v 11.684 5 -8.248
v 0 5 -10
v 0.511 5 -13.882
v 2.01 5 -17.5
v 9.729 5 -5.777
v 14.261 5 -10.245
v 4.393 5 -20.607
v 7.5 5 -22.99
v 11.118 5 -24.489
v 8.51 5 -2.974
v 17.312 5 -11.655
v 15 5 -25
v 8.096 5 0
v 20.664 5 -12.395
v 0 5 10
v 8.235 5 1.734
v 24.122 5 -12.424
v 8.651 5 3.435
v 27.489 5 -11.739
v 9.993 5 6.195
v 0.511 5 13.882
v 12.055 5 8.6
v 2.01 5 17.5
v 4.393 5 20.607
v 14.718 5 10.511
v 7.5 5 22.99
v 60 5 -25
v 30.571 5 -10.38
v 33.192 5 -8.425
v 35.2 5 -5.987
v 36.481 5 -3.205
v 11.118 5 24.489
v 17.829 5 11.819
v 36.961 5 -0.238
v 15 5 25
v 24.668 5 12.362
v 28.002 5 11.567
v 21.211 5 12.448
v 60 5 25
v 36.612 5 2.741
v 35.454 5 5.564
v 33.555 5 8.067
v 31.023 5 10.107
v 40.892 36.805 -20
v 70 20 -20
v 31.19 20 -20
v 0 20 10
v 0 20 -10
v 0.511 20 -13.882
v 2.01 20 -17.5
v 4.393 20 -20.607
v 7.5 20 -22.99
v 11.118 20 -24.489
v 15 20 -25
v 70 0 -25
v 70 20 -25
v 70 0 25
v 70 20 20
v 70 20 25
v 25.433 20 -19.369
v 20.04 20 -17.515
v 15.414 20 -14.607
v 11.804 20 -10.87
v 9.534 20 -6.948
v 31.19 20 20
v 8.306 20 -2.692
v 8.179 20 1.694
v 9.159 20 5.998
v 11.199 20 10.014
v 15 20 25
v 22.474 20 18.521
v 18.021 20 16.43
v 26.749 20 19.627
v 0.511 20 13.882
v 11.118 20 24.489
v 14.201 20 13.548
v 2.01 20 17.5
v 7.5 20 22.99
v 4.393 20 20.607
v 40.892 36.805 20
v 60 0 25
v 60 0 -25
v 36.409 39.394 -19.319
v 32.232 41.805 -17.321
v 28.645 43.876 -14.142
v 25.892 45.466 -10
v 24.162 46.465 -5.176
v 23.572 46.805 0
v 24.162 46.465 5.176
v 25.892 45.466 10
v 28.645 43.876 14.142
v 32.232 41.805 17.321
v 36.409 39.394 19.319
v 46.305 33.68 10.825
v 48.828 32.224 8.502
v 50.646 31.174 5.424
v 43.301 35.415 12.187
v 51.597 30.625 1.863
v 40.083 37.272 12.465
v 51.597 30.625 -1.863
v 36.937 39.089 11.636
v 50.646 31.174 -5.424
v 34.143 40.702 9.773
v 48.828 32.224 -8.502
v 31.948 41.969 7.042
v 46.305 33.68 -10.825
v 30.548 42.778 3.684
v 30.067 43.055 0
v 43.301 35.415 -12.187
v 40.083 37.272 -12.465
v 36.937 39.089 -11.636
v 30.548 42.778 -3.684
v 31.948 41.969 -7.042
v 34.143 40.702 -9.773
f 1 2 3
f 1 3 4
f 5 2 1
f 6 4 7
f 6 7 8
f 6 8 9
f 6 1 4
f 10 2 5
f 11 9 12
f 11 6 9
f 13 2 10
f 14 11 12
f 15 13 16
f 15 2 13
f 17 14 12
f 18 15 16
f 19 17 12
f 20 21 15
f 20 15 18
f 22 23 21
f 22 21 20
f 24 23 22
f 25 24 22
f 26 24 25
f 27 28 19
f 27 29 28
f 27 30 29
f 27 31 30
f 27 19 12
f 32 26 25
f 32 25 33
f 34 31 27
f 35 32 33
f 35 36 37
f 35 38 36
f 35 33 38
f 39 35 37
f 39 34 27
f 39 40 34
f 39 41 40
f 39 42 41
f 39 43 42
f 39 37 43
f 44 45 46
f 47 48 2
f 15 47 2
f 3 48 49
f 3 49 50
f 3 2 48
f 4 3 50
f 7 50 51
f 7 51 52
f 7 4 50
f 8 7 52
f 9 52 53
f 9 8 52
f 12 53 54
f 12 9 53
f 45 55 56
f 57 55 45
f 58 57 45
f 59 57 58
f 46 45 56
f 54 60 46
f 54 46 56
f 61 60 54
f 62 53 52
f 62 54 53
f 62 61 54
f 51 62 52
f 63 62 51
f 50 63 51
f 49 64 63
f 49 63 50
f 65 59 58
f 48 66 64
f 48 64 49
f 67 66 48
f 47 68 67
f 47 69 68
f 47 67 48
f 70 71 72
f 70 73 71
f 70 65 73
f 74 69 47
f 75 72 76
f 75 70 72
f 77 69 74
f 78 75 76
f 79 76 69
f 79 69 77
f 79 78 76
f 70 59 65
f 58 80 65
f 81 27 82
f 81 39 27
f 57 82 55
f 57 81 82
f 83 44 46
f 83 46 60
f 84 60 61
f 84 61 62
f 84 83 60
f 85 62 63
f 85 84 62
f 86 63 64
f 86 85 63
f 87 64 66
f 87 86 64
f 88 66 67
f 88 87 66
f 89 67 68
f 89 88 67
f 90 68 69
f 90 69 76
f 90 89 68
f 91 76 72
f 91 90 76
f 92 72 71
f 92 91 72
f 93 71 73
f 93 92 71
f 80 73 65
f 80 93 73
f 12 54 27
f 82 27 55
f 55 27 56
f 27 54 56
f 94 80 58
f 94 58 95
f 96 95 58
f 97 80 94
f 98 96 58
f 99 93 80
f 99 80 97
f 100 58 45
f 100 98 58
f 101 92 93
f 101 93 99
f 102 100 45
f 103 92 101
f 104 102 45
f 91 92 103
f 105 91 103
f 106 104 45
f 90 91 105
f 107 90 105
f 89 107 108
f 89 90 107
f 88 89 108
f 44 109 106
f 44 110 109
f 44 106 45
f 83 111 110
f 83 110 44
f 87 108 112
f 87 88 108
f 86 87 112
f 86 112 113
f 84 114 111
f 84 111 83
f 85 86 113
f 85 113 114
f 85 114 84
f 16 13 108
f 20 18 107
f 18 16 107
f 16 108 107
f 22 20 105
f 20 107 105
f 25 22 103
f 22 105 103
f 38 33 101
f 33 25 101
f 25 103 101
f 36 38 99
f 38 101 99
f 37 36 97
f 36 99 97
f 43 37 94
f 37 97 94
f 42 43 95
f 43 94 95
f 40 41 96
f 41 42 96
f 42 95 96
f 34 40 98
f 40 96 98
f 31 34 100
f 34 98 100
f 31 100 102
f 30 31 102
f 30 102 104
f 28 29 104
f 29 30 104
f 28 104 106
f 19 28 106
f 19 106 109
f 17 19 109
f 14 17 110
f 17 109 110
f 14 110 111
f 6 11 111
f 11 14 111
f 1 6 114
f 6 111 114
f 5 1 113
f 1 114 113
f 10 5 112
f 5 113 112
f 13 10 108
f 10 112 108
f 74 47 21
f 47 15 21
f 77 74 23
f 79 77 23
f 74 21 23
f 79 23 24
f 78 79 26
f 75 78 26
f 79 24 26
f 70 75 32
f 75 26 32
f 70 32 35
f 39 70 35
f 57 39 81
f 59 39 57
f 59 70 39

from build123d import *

# Parameters (mm, degrees)
BOSS_EXTRUDE1_DEPTH = 25
FILLET1_R           = 15
BOSS_EXTRUDE2_REACH = 69.823
SKETCH3_R           = 12.5
CUT_EXTRUDE1_DEPTH  = 68.823299831


with BuildPart() as part:
    # Sketch1 → Boss-Extrude1 (new, symmetric)
    with BuildSketch(Plane.XY):
        Polygon((60, 0), (70, 0), (70, 20), (0, 20), (0, 5), (60, 5), align=None)
    extrude(amount=BOSS_EXTRUDE1_DEPTH, both=True)

    # Fillet1
    fillet1_edges = [part.edges().sort_by_distance(p)[0] for p in [
        (0, 12.5, 25),
        (0, 12.5, -25),
    ]]
    fillet(fillet1_edges, radius=FILLET1_R)

    # Boss-Extrude2: up to this face of the body (flat: up to its plane)
    boss_extrude2_end = Plane(part.part.faces().sort_by_distance((35.898040292, 20, 0))[0])
    # Sketch2 → Boss-Extrude2 (add, up to the picked face)
    with BuildSketch(Plane(origin=(26.160254038, 45.310889132, 0), x_dir=(0, 0, -1), z_dir=(0.500000000000001, 0.866025403784438, 0)), mode=Mode.PRIVATE) as boss_extrude2_sk1:
        with BuildLine():
            Line((-20, -50.621778265), (20, -50.621778265))
            Line((20, -50.621778265), (20, -17.011053667))
            ThreePointArc((20, -17.011053667), (0, 2.988946333), (-20, -17.011053667))
            Line((-20, -17.011053667), (-20, -50.621778265))
        make_face()
    boss_extrude2_tool1 = split(extrude(boss_extrude2_sk1.sketch, amount=-BOSS_EXTRUDE2_REACH, mode=Mode.PRIVATE), bisect_by=boss_extrude2_end, keep=Keep.BOTH, mode=Mode.PRIVATE)
    add(boss_extrude2_tool1.solids().sort_by(Axis((48.469429, 32.430681, 0), (-0.500000000000001, -0.866025403784438, 0)))[0])

    # Sketch3 → Cut-Extrude1 (cut, through all)
    with BuildSketch(Plane(origin=(26.160254038, 45.310889132, 0), x_dir=(0, 0, -1), z_dir=(0.500000000000001, 0.866025403784438, 0))):
        with Locations(Location((0, -17.011053667, 0), (0, 0, 90))):
            Circle(SKETCH3_R)
    extrude(amount=-CUT_EXTRUDE1_DEPTH, mode=Mode.SUBTRACT)


solid = part.part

━━━━━━

### [What this task involves]
Transcribe, exactly and without additions, the lines of the records above, beginning with the line that contains "v 7.5 5 22.99" and ending with the line that contains "v 40.892 36.805 20", both included.

### [Result below]
v 7.5 5 22.99
v 60 5 -25
v 30.571 5 -10.38
v 33.192 5 -8.425
v 35.2 5 -5.987
v 36.481 5 -3.205
v 11.118 5 24.489
v 17.829 5 11.819
v 36.961 5 -0.238
v 15 5 25
v 24.668 5 12.362
v 28.002 5 11.567
v 21.211 5 12.448
v 60 5 25
v 36.612 5 2.741
v 35.454 5 5.564
v 33.555 5 8.067
v 31.023 5 10.107
v 40.892 36.805 -20
v 70 20 -20
v 31.19 20 -20
v 0 20 10
v 0 20 -10
v 0.511 20 -13.882
v 2.01 20 -17.5
v 4.393 20 -20.607
v 7.5 20 -22.99
v 11.118 20 -24.489
v 15 20 -25
v 70 0 -25
v 70 20 -25
v 70 0 25
v 70 20 20
v 70 20 25
v 25.433 20 -19.369
v 20.04 20 -17.515
v 15.414 20 -14.607
v 11.804 20 -10.87
v 9.534 20 -6.948
v 31.19 20 20
v 8.306 20 -2.692
v 8.179 20 1.694
v 9.159 20 5.998
v 11.199 20 10.014
v 15 20 25
v 22.474 20 18.521
v 18.021 20 16.43
v 26.749 20 19.627
v 0.511 20 13.882
v 11.118 20 24.489
v 14.201 20 13.548
v 2.01 20 17.5
v 7.5 20 22.99
v 4.393 20 20.607
v 40.892 36.805 20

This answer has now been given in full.